Carlos Maza in his anti-Hannity Vox video

On November 22, another Vox employee, Video Producer, Strikethrough at Vox.com, Carlos Maza, who describes himself as the “gay wonk,” posted an 8-minute Vox video “How Trump turned Sean Hannity into a conspiracy theorist.” The professionally-produced, incredibly slick and detailed video creatively presents Hannity as a conspiracy monger parroting the rantings of Infowars founder Alex Jones (“the most hated man in American media,” as I described him in an article on June 18, 2017). On November 29, 2017, after five days online at YouTube, Maza’s anti-Hannity video had racked up over 650,000 views.

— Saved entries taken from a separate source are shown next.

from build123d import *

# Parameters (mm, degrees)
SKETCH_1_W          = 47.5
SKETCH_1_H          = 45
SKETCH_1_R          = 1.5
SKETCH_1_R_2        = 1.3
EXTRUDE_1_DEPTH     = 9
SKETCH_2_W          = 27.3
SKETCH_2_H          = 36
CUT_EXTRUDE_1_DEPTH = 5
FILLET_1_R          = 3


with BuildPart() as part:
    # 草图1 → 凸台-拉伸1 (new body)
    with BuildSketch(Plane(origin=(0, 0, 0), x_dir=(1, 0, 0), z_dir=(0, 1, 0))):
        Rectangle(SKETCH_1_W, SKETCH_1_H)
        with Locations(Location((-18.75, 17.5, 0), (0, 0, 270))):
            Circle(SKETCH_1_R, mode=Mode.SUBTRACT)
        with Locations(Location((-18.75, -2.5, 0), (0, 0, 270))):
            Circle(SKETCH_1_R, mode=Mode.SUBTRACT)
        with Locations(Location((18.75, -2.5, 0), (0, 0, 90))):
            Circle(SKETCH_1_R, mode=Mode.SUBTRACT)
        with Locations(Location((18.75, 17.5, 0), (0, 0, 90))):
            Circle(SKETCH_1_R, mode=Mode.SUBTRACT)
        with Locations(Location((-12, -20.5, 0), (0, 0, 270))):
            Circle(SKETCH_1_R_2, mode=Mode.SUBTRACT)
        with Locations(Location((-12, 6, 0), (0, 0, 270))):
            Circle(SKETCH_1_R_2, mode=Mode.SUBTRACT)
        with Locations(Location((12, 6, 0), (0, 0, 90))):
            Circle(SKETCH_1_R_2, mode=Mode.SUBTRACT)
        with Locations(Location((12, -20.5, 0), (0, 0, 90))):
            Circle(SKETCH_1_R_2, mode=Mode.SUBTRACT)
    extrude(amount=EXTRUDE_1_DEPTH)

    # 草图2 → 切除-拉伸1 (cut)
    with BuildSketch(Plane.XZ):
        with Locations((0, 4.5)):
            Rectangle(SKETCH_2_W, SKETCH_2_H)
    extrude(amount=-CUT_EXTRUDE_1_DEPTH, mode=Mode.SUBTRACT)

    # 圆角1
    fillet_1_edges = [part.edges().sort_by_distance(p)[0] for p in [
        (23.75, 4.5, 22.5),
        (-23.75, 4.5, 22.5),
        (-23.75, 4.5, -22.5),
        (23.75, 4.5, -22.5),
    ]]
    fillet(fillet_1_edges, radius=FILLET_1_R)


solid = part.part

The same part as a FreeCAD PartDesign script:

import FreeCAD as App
import Part
import Sketcher


def edges_at(feature, points):
    """Names of the edges that pass closest to the given points."""
    edges = feature.Shape.Edges
    near = lambda p: min(range(len(edges)), key=lambda i: edges[i].distToShape(Part.Vertex(*p))[0])
    return sorted({f"Edge{near(p) + 1}" for p in points})


def add_polygon(sketch, points):
    """Adds a closed chain of lines whose ends are joined by coincident constraints."""
    first, n = sketch.GeometryCount, len(points)
    for a, b in zip(points, points[1:] + points[:1]):
        sketch.addGeometry(Part.LineSegment(App.Vector(*a, 0), App.Vector(*b, 0)), False)
    for i in range(n):
        sketch.addConstraint(Sketcher.Constraint("Coincident", first + i, 2, first + (i + 1) % n, 1))

doc = App.newDocument("Part")
body = doc.addObject("PartDesign::Body", "Body")

sketch1 = doc.addObject("Sketcher::SketchObject", "Sketch")
body.addObject(sketch1)
sketch1.AttachmentSupport = (doc.XZ_Plane, [""])
sketch1.MapMode = "FlatFace"
add_polygon(sketch1, [(-23.8, -22.5), (-23.8, 22.5), (23.8, 22.5), (23.8, -22.5)])
sketch1.addGeometry(Part.Circle(App.Vector(-12, 20.5, 0), App.Vector(0, 0, 1), 1.3), False)
sketch1.addGeometry(Part.Circle(App.Vector(-18.8, 2.5, 0), App.Vector(0, 0, 1), 1.5), False)
sketch1.addGeometry(Part.Circle(App.Vector(12, 20.5, 0), App.Vector(0, 0, 1), 1.3), False)
sketch1.addGeometry(Part.Circle(App.Vector(18.8, 2.5, 0), App.Vector(0, 0, 1), 1.5), False)
sketch1.addGeometry(Part.Circle(App.Vector(-12, -6, 0), App.Vector(0, 0, 1), 1.3), False)
sketch1.addGeometry(Part.Circle(App.Vector(-18.8, -17.5, 0), App.Vector(0, 0, 1), 1.5), False)
sketch1.addGeometry(Part.Circle(App.Vector(12, -6, 0), App.Vector(0, 0, 1), 1.3), False)
sketch1.addGeometry(Part.Circle(App.Vector(18.8, -17.5, 0), App.Vector(0, 0, 1), 1.5), False)
sketch1.addConstraint([
    Sketcher.Constraint("Vertical", 0),
    Sketcher.Constraint("Horizontal", 1),
    Sketcher.Constraint("Vertical", 2),
    Sketcher.Constraint("Horizontal", 3),
    Sketcher.Constraint("Equal", 4, 6),
    Sketcher.Constraint("Equal", 5, 7),
    Sketcher.Constraint("Equal", 6, 8),
    Sketcher.Constraint("Equal", 7, 9),
    Sketcher.Constraint("Equal", 8, 10),
    Sketcher.Constraint("Equal", 9, 11),
    Sketcher.Constraint("Symmetric", 0, 2, 2, 2, -1, 1),
    Sketcher.Constraint("Symmetric", 4, 3, 6, 3, -2),
    Sketcher.Constraint("Symmetric", 5, 3, 7, 3, -2),
    Sketcher.Constraint("Symmetric", 8, 3, 10, 3, -2),
    Sketcher.Constraint("Symmetric", 9, 3, 11, 3, -2),
    Sketcher.Constraint("Vertical", 4, 3, 8, 3),
    Sketcher.Constraint("Vertical", 5, 3, 9, 3),
    Sketcher.Constraint("Diameter", 5, 3.0),
    Sketcher.Constraint("Diameter", 4, 2.6),
    Sketcher.Constraint("DistanceY", 0, 1, 0, 2, 45.0),
    Sketcher.Constraint("DistanceX", 1, 1, 1, 2, 47.5),
    Sketcher.Constraint("DistanceX", 4, 3, -1, 1, 12.0),
    Sketcher.Constraint("DistanceY", 8, 3, -1, 1, 6.0),
    Sketcher.Constraint("DistanceY", 5, 3, 4, 3, 18.0),
    Sketcher.Constraint("DistanceY", 9, 3, 5, 3, 20.0),
    Sketcher.Constraint("DistanceY", 4, 3, 0, 2, 2.0),
    Sketcher.Constraint("DistanceX", 0, 2, 5, 3, 5.0),
])
pad1 = doc.addObject("PartDesign::Pad", "Pad")
body.addObject(pad1)
pad1.Profile = sketch1
pad1.Length = 9
pad1.Reversed = True

sketch2 = doc.addObject("Sketcher::SketchObject", "Sketch001")
body.addObject(sketch2)
sketch2.AttachmentSupport = (doc.XZ_Plane, [""])
sketch2.MapMode = "FlatFace"
add_polygon(sketch2, [(-14, 22), (-14, -14), (14, -14), (14, 22)])
sketch2.addConstraint([
    Sketcher.Constraint("Vertical", 0),
    Sketcher.Constraint("Horizontal", 1),
    Sketcher.Constraint("Vertical", 2),
    Sketcher.Constraint("Horizontal", 3),
    Sketcher.Constraint("DistanceY", 0, 2, 0, 1, 36.0),
    Sketcher.Constraint("DistanceX", 1, 1, 1, 2, 27.3),
    Sketcher.Constraint("DistanceY", 0, 2, -1, 1, 13.5),
    Sketcher.Constraint("DistanceX", 0, 2, -1, 1, 13.65),
])
pocket1 = doc.addObject("PartDesign::Pocket", "Pocket")
body.addObject(pocket1)
pocket1.Profile = sketch2
pocket1.Length = 5
doc.recompute()

fillet = doc.addObject("PartDesign::Fillet", "Fillet")
body.addObject(fillet)
fillet.Base = (pocket1, edges_at(pocket1, [
    (23.75, 4.5, 22.5),
    (-23.75, 4.5, 22.5),
    (-23.75, 4.5, -22.5),
    (23.75, 4.5, -22.5),
]))
fillet.Radius = 3

doc.recompute()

On the same day as his video appeared, Maza is credited with writing another attack article on Hannity for Vox, this one titled “How Trump turned Sean Hannity into a conspiracy theorist – The Fox News host is sounding a lot like Alex Jones.” The article features a still frame grabbed from the video depicting Hannity as wearing a tin foil hat.

Still frame of video from Maza’s Nov. 22 Vox article

So here we have it: The New York Times, the previously respected “newspaper of record,” is now little more than a conduit and a mouthpiece for the über left wing rag Vox and two of its chief propagandists, Chang and the self-described “gay nerd” Maza – doing the bidding of the anti-Trump Resistance. Oh, it should not be overlooked that the only other job that Maza has ever had, before he joined Vox last January, was to work at Media Matters for America from 2011 until his job with Vox started.

Sean Hannity was prescient and right on when he has said of the MSM  starting several years back that  “journalism is dead in America.”